I am running an OpenCL kernel on Piledriver CPUs (particularly A10-5750M Richland APU) using AMD's OpenCL implementation. Piledriver CPUs support FMA3 and FMA4 operations and I expected that if I use "fma" builtin in OpenCL, it will generate corresponding hardware instruction. Instead I discovered that the performance is terrible and then discovered that instead of generating a single instruction, a function call is being generated for a software implementation of FMA.
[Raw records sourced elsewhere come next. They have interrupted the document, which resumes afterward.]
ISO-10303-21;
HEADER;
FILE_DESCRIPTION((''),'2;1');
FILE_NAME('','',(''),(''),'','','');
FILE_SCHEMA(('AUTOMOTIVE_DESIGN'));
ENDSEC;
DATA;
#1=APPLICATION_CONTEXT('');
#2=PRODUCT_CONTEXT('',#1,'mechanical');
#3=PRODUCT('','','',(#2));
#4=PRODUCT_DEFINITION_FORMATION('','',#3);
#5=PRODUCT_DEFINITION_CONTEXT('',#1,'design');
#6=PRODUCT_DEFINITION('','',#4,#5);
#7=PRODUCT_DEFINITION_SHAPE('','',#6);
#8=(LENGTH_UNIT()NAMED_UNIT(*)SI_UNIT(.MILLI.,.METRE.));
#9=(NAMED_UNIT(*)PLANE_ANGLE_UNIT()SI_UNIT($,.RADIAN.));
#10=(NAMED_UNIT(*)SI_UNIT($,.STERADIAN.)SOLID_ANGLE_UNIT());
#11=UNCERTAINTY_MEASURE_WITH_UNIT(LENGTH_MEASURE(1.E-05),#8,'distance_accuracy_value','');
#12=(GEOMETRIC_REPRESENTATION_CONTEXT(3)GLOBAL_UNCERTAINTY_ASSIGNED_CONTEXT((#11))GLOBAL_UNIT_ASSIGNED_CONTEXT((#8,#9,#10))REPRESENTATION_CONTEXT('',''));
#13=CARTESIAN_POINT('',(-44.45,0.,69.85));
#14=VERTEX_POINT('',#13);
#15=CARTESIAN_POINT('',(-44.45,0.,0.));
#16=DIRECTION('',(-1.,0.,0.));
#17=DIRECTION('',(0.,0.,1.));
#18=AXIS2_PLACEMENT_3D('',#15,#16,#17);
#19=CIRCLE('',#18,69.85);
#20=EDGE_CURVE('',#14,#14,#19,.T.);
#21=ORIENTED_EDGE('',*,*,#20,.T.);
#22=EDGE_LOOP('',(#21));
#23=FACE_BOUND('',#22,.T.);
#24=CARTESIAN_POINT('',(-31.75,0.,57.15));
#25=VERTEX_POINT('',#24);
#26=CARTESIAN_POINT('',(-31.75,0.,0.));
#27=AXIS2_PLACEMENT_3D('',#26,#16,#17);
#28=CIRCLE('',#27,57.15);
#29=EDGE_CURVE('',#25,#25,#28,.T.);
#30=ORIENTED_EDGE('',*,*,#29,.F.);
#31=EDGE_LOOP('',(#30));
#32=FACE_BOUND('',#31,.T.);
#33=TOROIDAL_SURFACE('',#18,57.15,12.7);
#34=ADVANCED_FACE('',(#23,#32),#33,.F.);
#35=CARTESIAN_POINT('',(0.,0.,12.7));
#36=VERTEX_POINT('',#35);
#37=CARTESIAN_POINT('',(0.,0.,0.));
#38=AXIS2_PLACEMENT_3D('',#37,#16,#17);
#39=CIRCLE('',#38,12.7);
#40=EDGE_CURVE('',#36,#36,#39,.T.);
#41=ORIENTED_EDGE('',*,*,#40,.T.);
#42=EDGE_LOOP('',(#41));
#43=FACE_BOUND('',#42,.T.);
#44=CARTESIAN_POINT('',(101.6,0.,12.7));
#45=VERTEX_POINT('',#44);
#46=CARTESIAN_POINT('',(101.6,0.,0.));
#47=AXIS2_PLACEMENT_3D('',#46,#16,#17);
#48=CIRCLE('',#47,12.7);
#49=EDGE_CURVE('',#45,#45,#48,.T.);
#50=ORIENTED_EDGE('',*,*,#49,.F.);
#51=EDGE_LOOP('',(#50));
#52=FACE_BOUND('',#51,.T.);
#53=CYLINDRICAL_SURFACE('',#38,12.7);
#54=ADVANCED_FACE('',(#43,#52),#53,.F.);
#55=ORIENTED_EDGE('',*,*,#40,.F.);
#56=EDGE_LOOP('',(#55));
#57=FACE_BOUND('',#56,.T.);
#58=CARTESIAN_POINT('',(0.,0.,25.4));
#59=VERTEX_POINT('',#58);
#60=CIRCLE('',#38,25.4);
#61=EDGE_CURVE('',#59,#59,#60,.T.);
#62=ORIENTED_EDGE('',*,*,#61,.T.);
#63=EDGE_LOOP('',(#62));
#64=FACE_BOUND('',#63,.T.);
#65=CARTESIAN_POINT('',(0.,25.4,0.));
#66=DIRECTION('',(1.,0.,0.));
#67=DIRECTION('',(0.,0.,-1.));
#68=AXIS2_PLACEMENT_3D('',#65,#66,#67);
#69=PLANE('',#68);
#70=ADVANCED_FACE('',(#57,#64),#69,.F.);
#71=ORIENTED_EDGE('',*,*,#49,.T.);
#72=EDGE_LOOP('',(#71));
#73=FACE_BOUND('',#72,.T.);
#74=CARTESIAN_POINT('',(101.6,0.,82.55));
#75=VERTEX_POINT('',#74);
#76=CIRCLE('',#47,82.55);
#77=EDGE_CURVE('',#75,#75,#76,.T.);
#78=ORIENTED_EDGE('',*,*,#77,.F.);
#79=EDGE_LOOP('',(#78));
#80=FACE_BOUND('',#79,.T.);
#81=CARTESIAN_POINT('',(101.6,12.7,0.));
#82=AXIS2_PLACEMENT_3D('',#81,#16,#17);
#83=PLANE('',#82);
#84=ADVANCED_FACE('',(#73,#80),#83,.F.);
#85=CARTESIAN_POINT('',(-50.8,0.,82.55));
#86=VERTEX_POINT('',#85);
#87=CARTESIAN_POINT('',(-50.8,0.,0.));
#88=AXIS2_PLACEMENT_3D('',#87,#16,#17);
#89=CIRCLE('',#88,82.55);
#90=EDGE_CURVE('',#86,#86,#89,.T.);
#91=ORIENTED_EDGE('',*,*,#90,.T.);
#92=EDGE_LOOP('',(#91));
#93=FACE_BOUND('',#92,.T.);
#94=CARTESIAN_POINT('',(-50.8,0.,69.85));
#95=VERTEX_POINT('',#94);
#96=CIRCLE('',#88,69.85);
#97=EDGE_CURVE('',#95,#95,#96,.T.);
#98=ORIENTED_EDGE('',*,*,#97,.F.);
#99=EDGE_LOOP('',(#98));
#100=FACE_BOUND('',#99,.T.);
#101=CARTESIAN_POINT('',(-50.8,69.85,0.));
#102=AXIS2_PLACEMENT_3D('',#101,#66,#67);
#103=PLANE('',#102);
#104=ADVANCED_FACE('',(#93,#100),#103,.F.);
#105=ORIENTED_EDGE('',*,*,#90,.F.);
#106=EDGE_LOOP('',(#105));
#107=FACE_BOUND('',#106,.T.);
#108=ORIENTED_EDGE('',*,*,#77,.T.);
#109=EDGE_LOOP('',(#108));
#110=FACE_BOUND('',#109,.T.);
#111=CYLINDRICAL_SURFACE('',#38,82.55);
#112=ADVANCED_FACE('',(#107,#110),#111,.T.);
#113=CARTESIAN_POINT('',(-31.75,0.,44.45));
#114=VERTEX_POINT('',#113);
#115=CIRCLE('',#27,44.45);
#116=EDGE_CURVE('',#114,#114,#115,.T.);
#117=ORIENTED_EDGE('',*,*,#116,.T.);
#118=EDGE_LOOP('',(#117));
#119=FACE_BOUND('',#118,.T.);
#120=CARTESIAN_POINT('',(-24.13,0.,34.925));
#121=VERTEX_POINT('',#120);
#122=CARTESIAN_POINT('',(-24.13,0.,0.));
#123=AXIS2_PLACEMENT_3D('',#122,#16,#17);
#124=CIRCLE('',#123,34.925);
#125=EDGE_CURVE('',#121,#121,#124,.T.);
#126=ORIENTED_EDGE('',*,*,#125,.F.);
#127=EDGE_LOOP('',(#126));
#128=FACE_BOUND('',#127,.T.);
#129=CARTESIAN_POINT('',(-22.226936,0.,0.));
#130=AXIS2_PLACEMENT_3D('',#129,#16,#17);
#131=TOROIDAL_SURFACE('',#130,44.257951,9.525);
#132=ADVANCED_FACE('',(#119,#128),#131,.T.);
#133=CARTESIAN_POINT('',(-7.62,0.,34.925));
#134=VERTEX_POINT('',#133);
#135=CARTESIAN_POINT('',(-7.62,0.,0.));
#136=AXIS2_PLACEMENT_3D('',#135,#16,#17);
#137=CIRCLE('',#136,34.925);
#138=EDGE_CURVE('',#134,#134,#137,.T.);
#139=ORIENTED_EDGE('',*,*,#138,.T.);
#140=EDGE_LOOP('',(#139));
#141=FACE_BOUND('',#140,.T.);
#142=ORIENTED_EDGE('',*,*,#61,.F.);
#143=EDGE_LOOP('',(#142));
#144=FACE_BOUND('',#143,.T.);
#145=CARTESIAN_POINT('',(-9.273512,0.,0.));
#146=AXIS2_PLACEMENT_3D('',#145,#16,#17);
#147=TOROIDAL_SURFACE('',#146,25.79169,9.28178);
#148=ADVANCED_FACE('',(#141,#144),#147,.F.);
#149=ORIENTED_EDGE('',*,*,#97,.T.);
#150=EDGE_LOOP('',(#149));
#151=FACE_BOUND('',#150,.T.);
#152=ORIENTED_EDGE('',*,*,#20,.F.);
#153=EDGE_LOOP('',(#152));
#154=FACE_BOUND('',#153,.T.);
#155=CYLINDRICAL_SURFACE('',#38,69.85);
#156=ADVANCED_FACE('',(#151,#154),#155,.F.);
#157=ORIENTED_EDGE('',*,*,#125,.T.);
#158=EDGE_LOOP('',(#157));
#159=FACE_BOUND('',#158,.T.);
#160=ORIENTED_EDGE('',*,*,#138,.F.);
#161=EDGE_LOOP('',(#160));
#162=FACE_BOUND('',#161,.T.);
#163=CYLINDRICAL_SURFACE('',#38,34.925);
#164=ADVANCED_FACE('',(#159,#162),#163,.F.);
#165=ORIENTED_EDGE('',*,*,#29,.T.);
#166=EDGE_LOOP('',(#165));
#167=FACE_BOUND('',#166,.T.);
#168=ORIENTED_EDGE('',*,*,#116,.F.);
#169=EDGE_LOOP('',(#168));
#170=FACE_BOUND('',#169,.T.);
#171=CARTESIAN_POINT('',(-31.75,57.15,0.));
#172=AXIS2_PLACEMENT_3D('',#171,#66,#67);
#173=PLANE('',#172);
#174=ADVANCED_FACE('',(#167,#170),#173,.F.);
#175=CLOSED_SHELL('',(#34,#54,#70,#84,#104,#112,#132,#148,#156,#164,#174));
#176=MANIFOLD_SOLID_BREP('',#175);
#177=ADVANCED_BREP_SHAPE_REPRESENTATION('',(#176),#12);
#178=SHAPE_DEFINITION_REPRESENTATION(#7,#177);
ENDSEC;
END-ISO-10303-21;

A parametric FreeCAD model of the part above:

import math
import FreeCAD as App
import Part
import Sketcher

V = App.Vector
Q = App.Units.Quantity

doc = App.newDocument("Part")
body = doc.addObject("PartDesign::Body", "Body")

sketch1 = doc.addObject("Sketcher::SketchObject", "Sketch")
body.addObject(sketch1)
sketch1.AttachmentSupport = (doc.XY_Plane, [""])
sketch1.MapMode = "FlatFace"
sketch1.addGeometry([
    Part.LineSegment(V(-51, 83, 0), V(-51, 70, 0)),
    Part.LineSegment(V(-51, 70, 0), V(-44, 70, 0)),
    Part.ArcOfCircle(Part.Circle(V(-44, 57, 0), V(0, 0, 1), 13), math.radians(0), math.radians(90)),
    Part.LineSegment(V(-32, 57, 0), V(-32, 44, 0)),
    Part.ArcOfCircle(Part.Circle(V(-22, 44, 0), V(0, 0, 1), 10), math.radians(179), math.radians(258)),
    Part.LineSegment(V(-24, 35, 0), V(-8, 35, 0)),
    Part.ArcOfCircle(Part.Circle(V(-9, 26, 0), V(0, 0, 1), 9), math.radians(-2), math.radians(80)),
    Part.LineSegment(V(0, 25, 0), V(0, 13, 0)),
    Part.LineSegment(V(0, 13, 0), V(102, 13, 0)),
    Part.LineSegment(V(102, 13, 0), V(102, 83, 0)),
    Part.LineSegment(V(102, 83, 0), V(-51, 83, 0)),
], False)
sketch1.addConstraint([
    Sketcher.Constraint("Coincident", 0, 2, 1, 1),
    Sketcher.Constraint("Tangent", 1, 2, 2, 2),
    Sketcher.Constraint("Tangent", 2, 1, 3, 1),
    Sketcher.Constraint("Coincident", 3, 2, 4, 1),
    Sketcher.Constraint("Coincident", 4, 2, 5, 1),
    Sketcher.Constraint("Coincident", 5, 2, 6, 2),
    Sketcher.Constraint("Coincident", 6, 1, 7, 1),
    Sketcher.Constraint("Coincident", 7, 2, 8, 1),
    Sketcher.Constraint("Coincident", 8, 2, 9, 1),
    Sketcher.Constraint("Coincident", 9, 2, 10, 1),
    Sketcher.Constraint("Coincident", 10, 2, 0, 1),
    Sketcher.Constraint("Vertical", 0),
    Sketcher.Constraint("Horizontal", 1),
    Sketcher.Constraint("Vertical", 3),
    Sketcher.Constraint("Horizontal", 5),
    Sketcher.Constraint("Vertical", 7),
    Sketcher.Constraint("Horizontal", 8),
    Sketcher.Constraint("Vertical", 9),
    Sketcher.Constraint("Horizontal", 10),
    Sketcher.Constraint("PointOnObject", 6, 1, -2),
    Sketcher.Constraint("Equal", 0, 3),
    Sketcher.Constraint("Equal", 3, 7),
    Sketcher.Constraint("Radius", 2, Q("0.5 in")),
    Sketcher.Constraint("DistanceX", 8, 1, 8, 2, Q("4 in")),
    Sketcher.Constraint("DistanceX", 10, 2, 10, 1, Q("6 in")),
    Sketcher.Constraint("DistanceY", 0, 2, 0, 1, Q("0.5 in")),
    Sketcher.Constraint("DistanceY", -1, 1, 6, 1, Q("1 in")),
    Sketcher.Constraint("Radius", 4, Q("0.375 in")),
    Sketcher.Constraint("DistanceX", 1, 1, 1, 2, Q("0.25 in")),
    Sketcher.Constraint("DistanceX", 5, 1, 5, 2, Q("0.65 in")),
    Sketcher.Constraint("DistanceY", 9, 1, 9, 2, Q("2.75 in")),
    Sketcher.Constraint("DistanceX", 5, 2, -1, 1, Q("0.3 in")),
    Sketcher.Constraint("DistanceY", -1, 1, 4, 2, Q("1.375 in")),
    Sketcher.Constraint("Radius", 6, Q("9.28178 mm")),
])
revolution = doc.addObject("PartDesign::Revolution", "Revolution")
body.addObject(revolution)
revolution.Profile = sketch1
revolution.ReferenceAxis = (sketch1, ["H_Axis"])
revolution.Angle = 360

doc.recompute()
Any idea why FMA in OpenCL does not generate FMA hardware instructions? Tested on OpenSUSE 13.1 64-bit using Catalyst 13.12 and also tested on Windows 8.1 64-bit using Catalyst 13.12 using the same hardware. clinfo reports the following for the driver version: "Driver version: 1348.5 (sse2,avx,fma4)" so clearly the OpenCL runtime is detecting presence of FMA instructions.
You are right, I tried this on a machine with Catalyst 14.2 and kaveri processor and it also could not generate FMA instructions in the assembly for the CPU while the GPU code had it.
I see in clinfo for CPU:
|Driver version:||1411.4 (sse2,avx,fma4)|
Just for reference, here is the test code I used:
__kernel void myfma(__global float *a, __global float *b, __global float *c, __global float *d)
d = fma(a,b,c);
Neither does the Intel OpenCL generate FMA instructions for Haswell.
My belief is that the CPU FMA instructions don't conform to the IEEE 2008 floating point standards and hence the opencl standard.
moozoo, you seem to be incorrect. Intel OpenCL generates FMA instruction... I see the following assembly code piece when I compile with Intel (OpenCL 1.2 (Build 56860))
vmovups (%r10,%rbx,4), %xmm2
vmovups (%rdx,%rbx,4), %xmm1
vfmadd132ps %xmm0, %xmm2, %xmm1
vmovups %xmm1, (%r9,%rbx,4)